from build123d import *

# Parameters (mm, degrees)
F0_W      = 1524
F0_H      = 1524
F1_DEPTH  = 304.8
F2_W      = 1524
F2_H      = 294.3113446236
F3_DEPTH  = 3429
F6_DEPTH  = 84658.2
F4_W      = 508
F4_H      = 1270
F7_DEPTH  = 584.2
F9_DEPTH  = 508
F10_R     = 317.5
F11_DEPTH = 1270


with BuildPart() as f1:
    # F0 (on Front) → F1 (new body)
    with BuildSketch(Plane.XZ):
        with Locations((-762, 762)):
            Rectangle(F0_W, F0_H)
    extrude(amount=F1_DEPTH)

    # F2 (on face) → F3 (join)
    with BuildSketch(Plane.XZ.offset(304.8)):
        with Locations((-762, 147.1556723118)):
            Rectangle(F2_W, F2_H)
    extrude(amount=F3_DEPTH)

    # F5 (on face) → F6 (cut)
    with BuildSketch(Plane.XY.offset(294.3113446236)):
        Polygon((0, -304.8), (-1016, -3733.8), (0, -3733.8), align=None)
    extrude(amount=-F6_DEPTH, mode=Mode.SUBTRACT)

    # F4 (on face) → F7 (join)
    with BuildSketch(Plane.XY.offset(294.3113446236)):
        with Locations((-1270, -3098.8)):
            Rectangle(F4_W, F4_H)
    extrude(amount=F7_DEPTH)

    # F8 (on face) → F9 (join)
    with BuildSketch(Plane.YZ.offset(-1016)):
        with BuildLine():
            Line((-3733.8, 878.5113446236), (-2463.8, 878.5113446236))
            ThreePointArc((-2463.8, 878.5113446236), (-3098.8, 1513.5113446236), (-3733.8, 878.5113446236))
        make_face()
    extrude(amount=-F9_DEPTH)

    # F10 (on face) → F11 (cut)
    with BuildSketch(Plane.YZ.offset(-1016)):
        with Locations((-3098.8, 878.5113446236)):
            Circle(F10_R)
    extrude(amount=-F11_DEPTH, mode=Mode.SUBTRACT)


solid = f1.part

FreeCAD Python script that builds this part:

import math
import FreeCAD as App
import Part
import Sketcher

V = App.Vector
Q = App.Units.Quantity


def add_polygon(sketch, points):
    """Adds a closed chain of lines whose ends are joined by coincident constraints."""
    first, n = sketch.GeometryCount, len(points)
    for a, b in zip(points, points[1:] + points[:1]):
        sketch.addGeometry(Part.LineSegment(App.Vector(*a, 0), App.Vector(*b, 0)), False)
    for i in range(n):
        sketch.addConstraint(Sketcher.Constraint("Coincident", first + i, 2, first + (i + 1) % n, 1))

doc = App.newDocument("Part")
body = doc.addObject("PartDesign::Body", "Body")

# Sketch on XZ plane
sketch1 = body.newObject("Sketcher::SketchObject", "Sketch")
sketch1.AttachmentSupport = (doc.getObject("XZ_Plane"), [""])
sketch1.MapMode = "FlatFace"
add_polygon(sketch1, [(-1524, 1524), (-1524, 0), (0, 0), (0, 1524)])  # lines 0-3
sketch1.addConstraint(Sketcher.Constraint("Vertical", 0))
sketch1.addConstraint(Sketcher.Constraint("Horizontal", 1))
sketch1.addConstraint(Sketcher.Constraint("Vertical", 2))
sketch1.addConstraint(Sketcher.Constraint("Horizontal", 3))
sketch1.addConstraint(Sketcher.Constraint("Coincident", 1, 2, -1, 1))
sketch1.addConstraint(Sketcher.Constraint("Equal", 3, 0))
sketch1.addConstraint(Sketcher.Constraint("DistanceX", 1, 1, 1, 2, Q("60 in")))
pad1 = body.newObject("PartDesign::Pad", "Pad")
pad1.Profile = sketch1
pad1.Length = Q("12 in")

# Sketch on XZ plane
sketch2 = body.newObject("Sketcher::SketchObject", "Sketch001")
sketch2.AttachmentSupport = (doc.getObject("XZ_Plane"), [""])
sketch2.MapMode = "FlatFace"
sketch2.AttachmentOffset = App.Placement(V(0, 0, 12 * 25.4), App.Rotation())
add_polygon(sketch2, [(-1524, 294), (-1524, 0), (0, 0), (0, 294)])  # lines 0-3
sketch2.addConstraint(Sketcher.Constraint("Vertical", 0))
sketch2.addConstraint(Sketcher.Constraint("Horizontal", 1))
sketch2.addConstraint(Sketcher.Constraint("Vertical", 2))
sketch2.addConstraint(Sketcher.Constraint("Horizontal", 3))
sketch2.addConstraint(Sketcher.Constraint("Coincident", 1, 2, -1, 1))
sketch2.addConstraint(Sketcher.Constraint("DistanceX", 1, 1, 1, 2, Q("60 in")))
sketch2.addConstraint(Sketcher.Constraint("DistanceY", 0, 2, 0, 1, Q("294.311345 mm")))
pad2 = body.newObject("PartDesign::Pad", "Pad001")
pad2.Profile = sketch2
pad2.Length = Q("135 in")

# Sketch on XY plane
sketch3 = body.newObject("Sketcher::SketchObject", "Sketch002")
sketch3.AttachmentSupport = (doc.getObject("XY_Plane"), [""])
sketch3.MapMode = "FlatFace"
sketch3.AttachmentOffset = App.Placement(V(0, 0, 294.311345), App.Rotation())
add_polygon(sketch3, [(0, -305), (-1016, -3734), (0, -3734)])  # lines 0-2
sketch3.addConstraint(Sketcher.Constraint("Horizontal", 1))
sketch3.addConstraint(Sketcher.Constraint("Vertical", 2))
sketch3.addConstraint(Sketcher.Constraint("PointOnObject", 1, 2, -2))
sketch3.addConstraint(Sketcher.Constraint("DistanceX", 1, 1, 1, 2, Q("40 in")))
sketch3.addConstraint(Sketcher.Constraint("DistanceY", 2, 1, 2, 2, Q("135 in")))
sketch3.addConstraint(Sketcher.Constraint("DistanceY", 0, 2, -1, 1, Q("147 in")))
pocket1 = body.newObject("PartDesign::Pocket", "Pocket")
pocket1.Profile = sketch3
pocket1.Length = Q("3333 in")

# Sketch on XY plane
sketch4 = body.newObject("Sketcher::SketchObject", "Sketch003")
sketch4.AttachmentSupport = (doc.getObject("XY_Plane"), [""])
sketch4.MapMode = "FlatFace"
sketch4.AttachmentOffset = App.Placement(V(0, 0, 294.311345), App.Rotation())
add_polygon(sketch4, [(-1524, -2464), (-1524, -3734), (-1016, -3734), (-1016, -2464)])  # lines 0-3
sketch4.addConstraint(Sketcher.Constraint("Vertical", 0))
sketch4.addConstraint(Sketcher.Constraint("Horizontal", 1))
sketch4.addConstraint(Sketcher.Constraint("Vertical", 2))
sketch4.addConstraint(Sketcher.Constraint("Horizontal", 3))
sketch4.addConstraint(Sketcher.Constraint("DistanceX", 1, 1, 1, 2, Q("20 in")))
sketch4.addConstraint(Sketcher.Constraint("DistanceY", 0, 2, 0, 1, Q("50 in")))
sketch4.addConstraint(Sketcher.Constraint("DistanceX", 0, 2, -1, 1, Q("60 in")))
sketch4.addConstraint(Sketcher.Constraint("DistanceY", 0, 2, -1, 1, Q("147 in")))
pad3 = body.newObject("PartDesign::Pad", "Pad002")
pad3.Profile = sketch4
pad3.Length = Q("23 in")

# Sketch on YZ plane
sketch5 = body.newObject("Sketcher::SketchObject", "Sketch004")
sketch5.AttachmentSupport = (doc.getObject("YZ_Plane"), [""])
sketch5.MapMode = "FlatFace"
sketch5.AttachmentOffset = App.Placement(V(0, 0, -40 * 25.4), App.Rotation())
sketch5.addGeometry(Part.LineSegment(V(-3734, 879, 0), V(-2464, 879, 0)), False)
sketch5.addGeometry(Part.ArcOfCircle(Part.Circle(V(-3099, 879, 0), V(0, 0, 1), 635), math.radians(0), math.radians(180)), False)
sketch5.addConstraint(Sketcher.Constraint("Coincident", 0, 1, 1, 2))
sketch5.addConstraint(Sketcher.Constraint("Coincident", 1, 1, 0, 2))
sketch5.addConstraint(Sketcher.Constraint("Horizontal", 0))
sketch5.addConstraint(Sketcher.Constraint("Horizontal", 1, 3, 0, 1))
sketch5.addConstraint(Sketcher.Constraint("Radius", 1, Q("25 in")))
sketch5.addConstraint(Sketcher.Constraint("DistanceX", 1, 3, -1, 1, Q("122 in")))
sketch5.addConstraint(Sketcher.Constraint("DistanceY", -1, 1, 1, 3, Q("878.511345 mm")))
pad4 = body.newObject("PartDesign::Pad", "Pad003")
pad4.Profile = sketch5
pad4.Length = Q("20 in")
pad4.Reversed = True

# Sketch on YZ plane
sketch6 = body.newObject("Sketcher::SketchObject", "Sketch005")
sketch6.AttachmentSupport = (doc.getObject("YZ_Plane"), [""])
sketch6.MapMode = "FlatFace"
sketch6.AttachmentOffset = App.Placement(V(0, 0, -40 * 25.4), App.Rotation())
sketch6.addGeometry(Part.Circle(V(-3099, 879, 0), V(0, 0, 1), 318), False)
sketch6.addConstraint(Sketcher.Constraint("Diameter", 0, Q("25 in")))
sketch6.addConstraint(Sketcher.Constraint("DistanceX", 0, 3, -1, 1, Q("122 in")))
sketch6.addConstraint(Sketcher.Constraint("DistanceY", -1, 1, 0, 3, Q("878.511345 mm")))
pocket2 = body.newObject("PartDesign::Pocket", "Pocket001")
pocket2.Profile = sketch6
pocket2.Length = Q("50 in")

doc.recompute()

#### Your instructions
Your answer should consist only of the lines above between the line holding "extrude(amount=F7_DEPTH)" and the line holding "FreeCAD Python script", inclusive, each transcribed exactly.

#### Written response
    extrude(amount=F7_DEPTH)

    # F8 (on face) → F9 (join)
    with BuildSketch(Plane.YZ.offset(-1016)):
        with BuildLine():
            Line((-3733.8, 878.5113446236), (-2463.8, 878.5113446236))
            ThreePointArc((-2463.8, 878.5113446236), (-3098.8, 1513.5113446236), (-3733.8, 878.5113446236))
        make_face()
    extrude(amount=-F9_DEPTH)

    # F10 (on face) → F11 (cut)
    with BuildSketch(Plane.YZ.offset(-1016)):
        with Locations((-3098.8, 878.5113446236)):
            Circle(F10_R)
    extrude(amount=-F11_DEPTH, mode=Mode.SUBTRACT)


solid = f1.part

FreeCAD Python script that builds this part:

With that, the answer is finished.